Here is an example method that prints all trigrams in given sentence.

In [None]:
def sentence_to_trigram(tokenized_sentence):
    """
    Prints all trigrams in given tokenized sentence.
    
    Args:
        tokenized_sentence: Input sentence tokenized to the list of words.
    
    Returns:
        No output
    """
    # note that the last position of i is 3rd to the end
    for i in range(len(tokenized_sentence) - 3 + 1):
        # the sliding window starts at position i and contains 3 words
        trigram = tokenized_sentence[i:i+3]
        print(trigram)

tokenized_sentence = ['i', 'am', 'happy', 'because', 'i', 'am', 'learning', '.']

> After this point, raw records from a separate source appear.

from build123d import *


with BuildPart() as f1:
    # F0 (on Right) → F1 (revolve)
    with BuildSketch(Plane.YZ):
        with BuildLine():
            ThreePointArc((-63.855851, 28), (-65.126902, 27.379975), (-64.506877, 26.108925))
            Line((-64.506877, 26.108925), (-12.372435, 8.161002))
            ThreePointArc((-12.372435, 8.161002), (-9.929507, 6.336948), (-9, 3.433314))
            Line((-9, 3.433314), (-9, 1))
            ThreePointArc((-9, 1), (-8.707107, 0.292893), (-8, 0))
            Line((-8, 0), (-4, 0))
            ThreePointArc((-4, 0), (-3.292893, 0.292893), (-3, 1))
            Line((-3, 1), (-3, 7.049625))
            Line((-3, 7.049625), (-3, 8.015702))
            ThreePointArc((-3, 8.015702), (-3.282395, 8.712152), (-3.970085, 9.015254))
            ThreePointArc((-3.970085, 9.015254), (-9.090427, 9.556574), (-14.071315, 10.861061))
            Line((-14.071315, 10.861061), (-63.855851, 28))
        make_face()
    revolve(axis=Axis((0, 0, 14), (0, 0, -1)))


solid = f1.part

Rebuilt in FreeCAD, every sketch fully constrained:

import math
import FreeCAD as App
import Part
import Sketcher
from FreeCAD import Vector
Q = App.Units.Quantity

doc = App.newDocument("Part")
body = doc.addObject("PartDesign::Body", "Body")

sketch1 = doc.addObject("Sketcher::SketchObject", "Sketch")
body.addObject(sketch1)
sketch1.AttachmentSupport = (doc.YZ_Plane, [""])
sketch1.MapMode = "FlatFace"
sketch1.addGeometry([
    Part.ArcOfCircle(Part.Circle(Vector(-64.181364, 27.054463, 0), Vector(0, 0, 1), 1), math.radians(71.003323), math.radians(251.003359)),
    Part.LineSegment(Vector(-64.506877, 26.108925, 0), Vector(-12.372435, 8.161002, 0)),
    Part.ArcOfCircle(Part.Circle(Vector(-13.999999, 3.433315, 0), Vector(0, 0, 1), 4.999999), math.radians(-0.000012), math.radians(71.003352)),
    Part.LineSegment(Vector(-9, 3.433314, 0), Vector(-9, 1, 0)),
    Part.ArcOfCircle(Part.Circle(Vector(-8.000001, 0.999999, 0), Vector(0, 0, 1), 0.999999), math.radians(179.999957), math.radians(270.000043)),
    Part.LineSegment(Vector(-8, 0, 0), Vector(-4, 0, 0)),
    Part.ArcOfCircle(Part.Circle(Vector(-3.999999, 0.999999, 0), Vector(0, 0, 1), 0.999999), math.radians(-90.000043), math.radians(0.000043)),
    Part.LineSegment(Vector(-3, 1, 0), Vector(-3, 8.015702, 0)),
    Part.ArcOfCircle(Part.Circle(Vector(-4, 8.015702, 0), Vector(0, 0, 1), 1), math.radians(0.000014), math.radians(88.285752)),
    Part.ArcOfCircle(Part.Circle(Vector(-2.947817, 43.172177, 0), Vector(0, 0, 1), 34.172217), math.radians(-108.996652), math.radians(-91.714269)),
    Part.LineSegment(Vector(-14.071315, 10.861061, 0), Vector(-63.855851, 28, 0)),
], False)
sketch1.addConstraint([
    Sketcher.Constraint("Coincident", 0, 2, 1, 1),
    Sketcher.Constraint("Coincident", 1, 2, 2, 2),
    Sketcher.Constraint("Coincident", 2, 1, 3, 1),
    Sketcher.Constraint("Coincident", 3, 2, 4, 1),
    Sketcher.Constraint("Coincident", 4, 2, 5, 1),
    Sketcher.Constraint("Coincident", 5, 2, 6, 1),
    Sketcher.Constraint("Coincident", 6, 2, 7, 1),
    Sketcher.Constraint("Coincident", 7, 2, 8, 1),
    Sketcher.Constraint("Coincident", 8, 2, 9, 2),
    Sketcher.Constraint("Coincident", 9, 1, 10, 1),
    Sketcher.Constraint("Coincident", 10, 2, 0, 1),
    Sketcher.Constraint("Vertical", 3),
    Sketcher.Constraint("Horizontal", 5),
    Sketcher.Constraint("Vertical", 7),
    Sketcher.Constraint("PointOnObject", 4, 2, -1),
    Sketcher.Constraint("Radius", 0, Q("1 mm")),
    Sketcher.Constraint("Radius", 2, Q("4.999999 mm")),
    Sketcher.Constraint("Radius", 4, Q("0.999999 mm")),
    Sketcher.Constraint("Radius", 6, Q("0.999999 mm")),
    Sketcher.Constraint("Radius", 8, Q("1 mm")),
    Sketcher.Constraint("DistanceX", 5, 1, 5, 2, Q("4 mm")),
    Sketcher.Constraint("DistanceX", 2, 3, -1, 1, Q("13.999999 mm")),
    Sketcher.Constraint("DistanceX", 6, 3, -1, 1, Q("3.999999 mm")),
    Sketcher.Constraint("DistanceY", -1, 1, 3, 2, Q("1 mm")),
    Sketcher.Constraint("DistanceX", 4, 2, -1, 1, Q("8 mm")),
    Sketcher.Constraint("DistanceY", -1, 1, 6, 2, Q("1 mm")),
    Sketcher.Constraint("DistanceY", -1, 1, 10, 2, Q("28 mm")),
    Sketcher.Constraint("DistanceY", 7, 1, 7, 2, Q("7.015702 mm")),
    Sketcher.Constraint("Radius", 9, Q("34.172217 mm")),
    Sketcher.Constraint("DistanceY", 1, 2, 10, 2, Q("19.838998 mm")),
    Sketcher.Constraint("DistanceY", -1, 1, 8, 3, Q("8.015702 mm")),
    Sketcher.Constraint("DistanceY", 3, 2, 3, 1, Q("2.433314 mm")),
    Sketcher.Constraint("DistanceY", -1, 1, 9, 1, Q("10.861061 mm")),
    Sketcher.Constraint("DistanceX", 10, 2, -1, 1, Q("63.855851 mm")),
    Sketcher.Constraint("DistanceY", 8, 3, 0, 3, Q("19.038761 mm")),
    Sketcher.Constraint("DistanceX", 2, 3, 9, 3, Q("11.052182 mm")),
    Sketcher.Constraint("DistanceX", 0, 2, 2, 3, Q("50.506878 mm")),
    Sketcher.Constraint("DistanceY", 2, 3, 0, 2, Q("22.67561 mm")),
    Sketcher.Constraint("DistanceY", 2, 1, 8, 2, Q("5.58194 mm")),
])
revolution = doc.addObject("PartDesign::Revolution", "Revolution")
body.addObject(revolution)
revolution.Profile = sketch1
revolution.ReferenceAxis = (sketch1, ["V_Axis"])
revolution.Angle = 360

doc.recompute()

print(f'List all trigrams of sentence: {tokenized_sentence}\n')
sentence_to_trigram(tokenized_sentence)


<a name="ngram-prefix"></a>
### Prefix of an n-gram
As you saw in the lecture, it is often necessary to find (n-1)-gram that is a prefix of an n-gram. The prefix is needed in the formula used to  calculate the probability of an n-gram. <br>

\begin{equation*}
P(w_n|w_1^{n-1})=\frac{C(w_1^n)}{C(w_1^{n-1})}
\end{equation*}

The following code shows you how to get an (n-1)-gram  prefix from n-gram on an example of getting trigram from a 4-gram.

In [None]:
# get trigram prefix from a 4-gram
fourgram = ['i', 'am', 'happy','because']
trigram = fourgram[0:-1]
print(trigram)

<a name="start-end-of-sentence"></a>
### Start and end of sentence word $<s>$ and $</s>$
You could see in the lecture, that when calculating the n-gram probabilities, each sentence should be prepended by n-1 start of sentence words $<s>$ and one end of sentence word $</s>$ should be added after the last word. 

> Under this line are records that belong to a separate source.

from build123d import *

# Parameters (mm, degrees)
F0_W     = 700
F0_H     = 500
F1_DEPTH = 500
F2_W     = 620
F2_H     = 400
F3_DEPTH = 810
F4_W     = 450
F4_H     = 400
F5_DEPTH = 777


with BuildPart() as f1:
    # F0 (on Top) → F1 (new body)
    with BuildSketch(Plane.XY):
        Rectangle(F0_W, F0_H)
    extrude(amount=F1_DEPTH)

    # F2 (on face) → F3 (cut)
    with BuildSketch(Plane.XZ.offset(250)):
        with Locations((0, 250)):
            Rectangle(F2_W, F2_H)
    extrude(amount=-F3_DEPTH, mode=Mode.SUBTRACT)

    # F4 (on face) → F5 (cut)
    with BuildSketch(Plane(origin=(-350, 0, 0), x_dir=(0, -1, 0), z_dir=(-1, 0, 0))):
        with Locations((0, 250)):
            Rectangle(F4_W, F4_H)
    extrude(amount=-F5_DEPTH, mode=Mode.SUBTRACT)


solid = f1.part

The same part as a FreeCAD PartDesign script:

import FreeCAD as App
import Part
import Sketcher

V = App.Vector
Q = App.Units.Quantity


def add_polygon(sketch, points):
    """Adds a closed chain of lines whose ends are joined by coincident constraints."""
    first, n = sketch.GeometryCount, len(points)
    for a, b in zip(points, points[1:] + points[:1]):
        sketch.addGeometry(Part.LineSegment(App.Vector(*a, 0), App.Vector(*b, 0)), False)
    for i in range(n):
        sketch.addConstraint(Sketcher.Constraint("Coincident", first + i, 2, first + (i + 1) % n, 1))

doc = App.newDocument("Part")
body = doc.addObject("PartDesign::Body", "Body")

sketch1 = body.newObject("Sketcher::SketchObject", "Sketch")
sketch1.AttachmentSupport = (doc.getObject("XY_Plane"), [""])
sketch1.MapMode = "FlatFace"
add_polygon(sketch1, [(-350, 250), (-350, -250), (350, -250), (350, 250)])
sketch1.addConstraint(Sketcher.Constraint("Vertical", 0))
sketch1.addConstraint(Sketcher.Constraint("Horizontal", 1))
sketch1.addConstraint(Sketcher.Constraint("Vertical", 2))
sketch1.addConstraint(Sketcher.Constraint("Horizontal", 3))
sketch1.addConstraint(Sketcher.Constraint("Symmetric", 0, 2, 2, 2, -1, 1))
sketch1.addConstraint(Sketcher.Constraint("DistanceX", 1, 1, 1, 2, Q("700 mm")))
sketch1.addConstraint(Sketcher.Constraint("DistanceY", 0, 2, 0, 1, Q("500 mm")))
pad1 = body.newObject("PartDesign::Pad", "Pad")
pad1.Profile = sketch1
pad1.Length = 500

sketch2 = body.newObject("Sketcher::SketchObject", "Sketch001")
sketch2.AttachmentSupport = (doc.getObject("XZ_Plane"), [""])
sketch2.MapMode = "FlatFace"
sketch2.AttachmentOffset = App.Placement(V(0, 0, 250), App.Rotation())
add_polygon(sketch2, [(-310, 450), (-310, 50), (310, 50), (310, 450)])
sketch2.addConstraint(Sketcher.Constraint("Vertical", 0))
sketch2.addConstraint(Sketcher.Constraint("Horizontal", 1))
sketch2.addConstraint(Sketcher.Constraint("Vertical", 2))
sketch2.addConstraint(Sketcher.Constraint("Horizontal", 3))
sketch2.addConstraint(Sketcher.Constraint("DistanceX", 1, 1, 1, 2, Q("620 mm")))
sketch2.addConstraint(Sketcher.Constraint("DistanceY", 0, 2, 0, 1, Q("400 mm")))
sketch2.addConstraint(Sketcher.Constraint("DistanceX", 0, 2, -1, 1, Q("310 mm")))
sketch2.addConstraint(Sketcher.Constraint("DistanceY", -1, 1, 0, 2, Q("50 mm")))
pocket1 = body.newObject("PartDesign::Pocket", "Pocket")
pocket1.Profile = sketch2
pocket1.Length = 810

sketch3 = body.newObject("Sketcher::SketchObject", "Sketch002")
sketch3.AttachmentSupport = (doc.getObject("YZ_Plane"), [""])
sketch3.MapMode = "FlatFace"
sketch3.AttachmentOffset = App.Placement(V(0, 0, -350), App.Rotation())
add_polygon(sketch3, [(225, 450), (225, 50), (-225, 50), (-225, 450)])
sketch3.addConstraint(Sketcher.Constraint("Vertical", 0))
sketch3.addConstraint(Sketcher.Constraint("Horizontal", 1))
sketch3.addConstraint(Sketcher.Constraint("Vertical", 2))
sketch3.addConstraint(Sketcher.Constraint("Horizontal", 3))
sketch3.addConstraint(Sketcher.Constraint("DistanceX", 1, 2, 1, 1, Q("450 mm")))
sketch3.addConstraint(Sketcher.Constraint("DistanceY", 0, 2, 0, 1, Q("400 mm")))
sketch3.addConstraint(Sketcher.Constraint("DistanceX", -1, 1, 0, 2, Q("225 mm")))
sketch3.addConstraint(Sketcher.Constraint("DistanceY", -1, 1, 0, 2, Q("50 mm")))
pocket2 = body.newObject("PartDesign::Pocket", "Pocket001")
pocket2.Profile = sketch3
pocket2.Length = 777
pocket2.Reversed = True

doc.recompute()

Let's have a look at how you can implement this in code.


In [None]:
# when working with trigrams, you need to prepend 2 <s> and append one </s>
n = 3
tokenized_sentence = ['i', 'am', 'happy', 'because', 'i', 'am', 'learning', '.']
tokenized_sentence = ["<s>"]*(n-1) + tokenized_sentence + ["</s>"]
print(tokenized_sentence)

That's all for the lab for "N-gram" lesson of week 3.